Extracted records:
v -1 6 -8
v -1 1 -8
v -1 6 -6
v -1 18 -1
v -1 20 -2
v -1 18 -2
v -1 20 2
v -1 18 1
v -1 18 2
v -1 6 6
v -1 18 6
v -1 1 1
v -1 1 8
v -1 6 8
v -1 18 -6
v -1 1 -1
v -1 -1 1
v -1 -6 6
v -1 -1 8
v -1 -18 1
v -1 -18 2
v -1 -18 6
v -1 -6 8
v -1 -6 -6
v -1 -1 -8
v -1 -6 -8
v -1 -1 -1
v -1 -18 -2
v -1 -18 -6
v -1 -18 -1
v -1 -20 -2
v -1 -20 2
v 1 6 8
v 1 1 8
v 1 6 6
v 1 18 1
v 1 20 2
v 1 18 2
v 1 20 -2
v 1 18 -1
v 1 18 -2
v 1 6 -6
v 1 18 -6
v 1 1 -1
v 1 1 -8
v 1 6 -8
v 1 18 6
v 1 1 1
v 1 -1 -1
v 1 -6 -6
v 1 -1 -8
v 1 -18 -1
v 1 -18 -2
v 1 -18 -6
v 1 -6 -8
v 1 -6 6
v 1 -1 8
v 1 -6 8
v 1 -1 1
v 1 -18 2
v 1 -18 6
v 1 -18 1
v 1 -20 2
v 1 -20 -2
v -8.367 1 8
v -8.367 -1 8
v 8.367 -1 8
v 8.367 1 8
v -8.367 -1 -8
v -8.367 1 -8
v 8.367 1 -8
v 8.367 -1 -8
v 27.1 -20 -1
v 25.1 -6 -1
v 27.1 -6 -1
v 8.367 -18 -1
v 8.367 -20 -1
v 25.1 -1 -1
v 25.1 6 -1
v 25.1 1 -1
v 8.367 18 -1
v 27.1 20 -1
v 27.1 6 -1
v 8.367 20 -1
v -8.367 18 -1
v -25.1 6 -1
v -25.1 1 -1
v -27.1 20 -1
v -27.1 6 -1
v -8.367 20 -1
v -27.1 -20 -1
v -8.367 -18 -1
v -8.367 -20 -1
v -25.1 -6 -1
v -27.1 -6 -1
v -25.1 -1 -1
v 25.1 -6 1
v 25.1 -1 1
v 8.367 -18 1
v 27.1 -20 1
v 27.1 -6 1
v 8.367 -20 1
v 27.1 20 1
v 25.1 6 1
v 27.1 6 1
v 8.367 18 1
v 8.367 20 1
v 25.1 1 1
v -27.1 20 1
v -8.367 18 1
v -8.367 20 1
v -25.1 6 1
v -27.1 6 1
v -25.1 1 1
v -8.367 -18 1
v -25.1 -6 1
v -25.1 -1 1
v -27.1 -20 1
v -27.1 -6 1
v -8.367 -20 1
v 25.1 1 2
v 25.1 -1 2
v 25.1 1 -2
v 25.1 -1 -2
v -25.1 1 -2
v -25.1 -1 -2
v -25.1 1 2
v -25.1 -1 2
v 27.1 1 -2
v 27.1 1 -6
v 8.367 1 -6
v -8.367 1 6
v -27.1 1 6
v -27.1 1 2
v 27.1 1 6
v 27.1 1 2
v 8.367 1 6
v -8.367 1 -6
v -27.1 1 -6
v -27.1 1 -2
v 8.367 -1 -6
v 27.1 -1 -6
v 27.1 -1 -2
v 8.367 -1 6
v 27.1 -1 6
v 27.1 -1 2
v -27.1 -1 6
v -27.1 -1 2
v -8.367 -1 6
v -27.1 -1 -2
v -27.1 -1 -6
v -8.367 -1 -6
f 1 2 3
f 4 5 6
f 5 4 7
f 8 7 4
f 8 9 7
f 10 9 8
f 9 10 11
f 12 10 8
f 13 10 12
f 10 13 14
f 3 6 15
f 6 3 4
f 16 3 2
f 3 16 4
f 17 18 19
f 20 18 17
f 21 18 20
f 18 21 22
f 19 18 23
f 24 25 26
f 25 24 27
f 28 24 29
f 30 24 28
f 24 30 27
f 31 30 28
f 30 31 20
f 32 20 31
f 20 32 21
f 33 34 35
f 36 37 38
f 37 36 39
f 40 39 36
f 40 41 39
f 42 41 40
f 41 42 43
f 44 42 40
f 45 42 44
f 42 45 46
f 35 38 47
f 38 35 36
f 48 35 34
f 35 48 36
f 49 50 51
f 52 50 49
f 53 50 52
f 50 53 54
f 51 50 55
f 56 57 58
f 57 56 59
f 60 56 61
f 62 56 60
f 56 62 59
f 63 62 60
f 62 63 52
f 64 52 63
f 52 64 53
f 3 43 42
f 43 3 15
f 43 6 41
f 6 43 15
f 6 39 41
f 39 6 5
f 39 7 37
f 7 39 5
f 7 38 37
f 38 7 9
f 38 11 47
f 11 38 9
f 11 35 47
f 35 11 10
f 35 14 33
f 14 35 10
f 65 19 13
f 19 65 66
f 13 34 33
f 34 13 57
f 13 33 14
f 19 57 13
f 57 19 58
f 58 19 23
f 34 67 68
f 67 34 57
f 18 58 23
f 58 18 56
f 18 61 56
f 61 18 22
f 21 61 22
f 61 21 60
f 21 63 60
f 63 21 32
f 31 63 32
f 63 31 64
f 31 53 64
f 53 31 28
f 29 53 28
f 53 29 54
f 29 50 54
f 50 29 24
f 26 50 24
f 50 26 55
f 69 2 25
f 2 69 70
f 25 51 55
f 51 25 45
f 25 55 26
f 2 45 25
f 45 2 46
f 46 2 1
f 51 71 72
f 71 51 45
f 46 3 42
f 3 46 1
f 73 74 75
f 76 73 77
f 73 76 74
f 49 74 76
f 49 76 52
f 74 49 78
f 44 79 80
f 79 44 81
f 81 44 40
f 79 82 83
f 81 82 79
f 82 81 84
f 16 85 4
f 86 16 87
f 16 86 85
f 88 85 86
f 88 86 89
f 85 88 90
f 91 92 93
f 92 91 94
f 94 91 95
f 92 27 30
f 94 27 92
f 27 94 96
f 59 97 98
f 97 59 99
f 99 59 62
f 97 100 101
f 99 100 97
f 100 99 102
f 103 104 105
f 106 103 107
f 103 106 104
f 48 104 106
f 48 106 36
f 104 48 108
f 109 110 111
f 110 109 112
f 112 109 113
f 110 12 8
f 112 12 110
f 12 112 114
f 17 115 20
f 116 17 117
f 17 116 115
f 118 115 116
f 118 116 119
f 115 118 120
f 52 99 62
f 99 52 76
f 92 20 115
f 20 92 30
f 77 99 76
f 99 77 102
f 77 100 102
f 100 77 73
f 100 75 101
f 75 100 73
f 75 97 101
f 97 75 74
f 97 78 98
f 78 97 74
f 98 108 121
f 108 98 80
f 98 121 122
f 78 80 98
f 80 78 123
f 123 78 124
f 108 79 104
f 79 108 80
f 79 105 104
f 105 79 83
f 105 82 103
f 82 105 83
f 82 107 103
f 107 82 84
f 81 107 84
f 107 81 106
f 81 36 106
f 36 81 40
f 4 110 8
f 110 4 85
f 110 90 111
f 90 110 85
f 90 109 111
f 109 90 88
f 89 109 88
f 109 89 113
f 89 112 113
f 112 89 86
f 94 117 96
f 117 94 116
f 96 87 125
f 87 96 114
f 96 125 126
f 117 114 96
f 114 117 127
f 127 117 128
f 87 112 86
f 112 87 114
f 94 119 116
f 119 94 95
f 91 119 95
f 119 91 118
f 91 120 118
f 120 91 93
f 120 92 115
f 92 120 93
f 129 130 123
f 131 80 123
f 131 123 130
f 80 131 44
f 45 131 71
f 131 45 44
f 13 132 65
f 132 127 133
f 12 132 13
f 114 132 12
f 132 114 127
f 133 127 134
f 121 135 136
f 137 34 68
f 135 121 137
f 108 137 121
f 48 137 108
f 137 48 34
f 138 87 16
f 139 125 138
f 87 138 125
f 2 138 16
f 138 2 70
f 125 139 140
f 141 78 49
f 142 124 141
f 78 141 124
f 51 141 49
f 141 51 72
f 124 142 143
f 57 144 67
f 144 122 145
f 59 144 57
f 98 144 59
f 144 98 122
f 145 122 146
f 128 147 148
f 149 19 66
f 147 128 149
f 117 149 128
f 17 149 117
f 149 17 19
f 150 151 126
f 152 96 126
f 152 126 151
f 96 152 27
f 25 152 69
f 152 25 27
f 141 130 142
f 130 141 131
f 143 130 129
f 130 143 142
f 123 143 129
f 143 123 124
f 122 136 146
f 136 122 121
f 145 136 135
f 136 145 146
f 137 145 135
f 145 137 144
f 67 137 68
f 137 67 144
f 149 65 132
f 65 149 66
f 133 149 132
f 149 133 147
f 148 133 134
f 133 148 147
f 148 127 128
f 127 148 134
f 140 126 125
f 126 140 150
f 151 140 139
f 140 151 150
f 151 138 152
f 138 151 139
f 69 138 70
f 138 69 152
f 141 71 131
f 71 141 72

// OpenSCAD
// file: ../lib/side.scad
module side_top_bottom(inner_x,inner_y,width) {
  x = inner_x/2;
  y = inner_y/2;

  polygon(points=[
      [-x-width,-y-width],
      [-x*1/3,-y-width],
      [-x*1/3,-y],
      [x*1/3,-y],
      [x*1/3,-y-width],
      [x+width,-y-width],
      [x+width,-y*1/3],
      [x,-y*1/3],
      [x,y*1/3],
      [x+width,y*1/3],
      [x+width,y+width],
      [x*1/3,y+width],
      [x*1/3,y],
      [-x*1/3,y],
      [-x*1/3,y+width],
      [-x-width,y+width],
      [-x-width,y*1/3],
      [-x,y*1/3],
      [-x,-y*1/3],
      [-x-width,-y*1/3],
    ],convexity=10);
}

module side_left_right(inner_x,inner_z,width) {
  x = inner_x/2;
  z = inner_z/2;

  polygon(points=[
      [-x-width,-z],
      [-x*1/3,-z],
      [-x*1/3,-z-width],
      [x*1/3,-z-width],
      [x*1/3,-z],
      [x+width,-z],
      [x+width,-z*1/3],
      [x,-z*1/3],
      [x,z*1/3],
      [x+width,z*1/3],
      [x+width,z],
      [x*1/3,z],
      [x*1/3,z+width],
      [-x*1/3,z+width],
      [-x*1/3,z],
      [-x-width,z],
      [-x-width,z*1/3],
      [-x,z*1/3],
      [-x,-z*1/3],
      [-x-width,-z*1/3],
    ],convexity=10);
}


module side_front_back(inner_y,inner_z,width) {
  y = inner_y/2;
  z = inner_z/2;

  polygon(points=[
      [-y,-z],
      [-y*1/3,-z],
      [-y*1/3,-z-width],
      [y*1/3,-z-width],
      [y*1/3,-z],
      [y,-z],
      [y,-z*1/3],
      [y+width,-z*1/3],
      [y+width,z*1/3],
      [y,z*1/3],
      [y,z],
      [y*1/3,z],
      [y*1/3,z+width],
      [-y*1/3,z+width],
      [-y*1/3,z],
      [-y,z],
      [-y,z*1/3],
      [-y-width,z*1/3],
      [-y-width,-z*1/3],
      [-y,-z*1/3],
    ],convexity=10);
}
// file: left.2d.scad
use <../lib/side.scad>

module left() {
  side_left_right(50.2,12,2);
}

left();
// file: top.2d.scad
use <../lib/side.scad>;

module top() {
  side_top_bottom(50.2,36,2);
}

top();
// file: front.2d.scad
use <../lib/side.scad>

module front() {
  side_front_back(36,12,2);
}

front();
// file: left.3d.scad
use <left.2d.scad>;

rotate([90,0,0]) {
  linear_extrude(height = 2, center = true, convexity = 10, twist = 0) {
    left();
  }
}
// file: top.3d.scad
use <top.2d.scad>;

linear_extrude(height = 2, center = true, convexity = 10, twist = 0) {
  top();
}
// file: front.3d.scad
use <front.2d.scad>;

rotate([90,0,90]) {
  linear_extrude(height = 2, center = true, convexity = 10, twist = 0) {
    front();
  }
}
// main file
include <front.3d.scad>
include <top.3d.scad>
include <left.3d.scad>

## Your instructions
Please return only the lines above, starting at the line that has "f 112 12 110" and ending at the line that has "f 98 121 122", keeping both and leaving each one unchanged.

## Expected answer
f 112 12 110
f 12 112 114
f 17 115 20
f 116 17 117
f 17 116 115
f 118 115 116
f 118 116 119
f 115 118 120
f 52 99 62
f 99 52 76
f 92 20 115
f 20 92 30
f 77 99 76
f 99 77 102
f 77 100 102
f 100 77 73
f 100 75 101
f 75 100 73
f 75 97 101
f 97 75 74
f 97 78 98
f 78 97 74
f 98 108 121
f 108 98 80
f 98 121 122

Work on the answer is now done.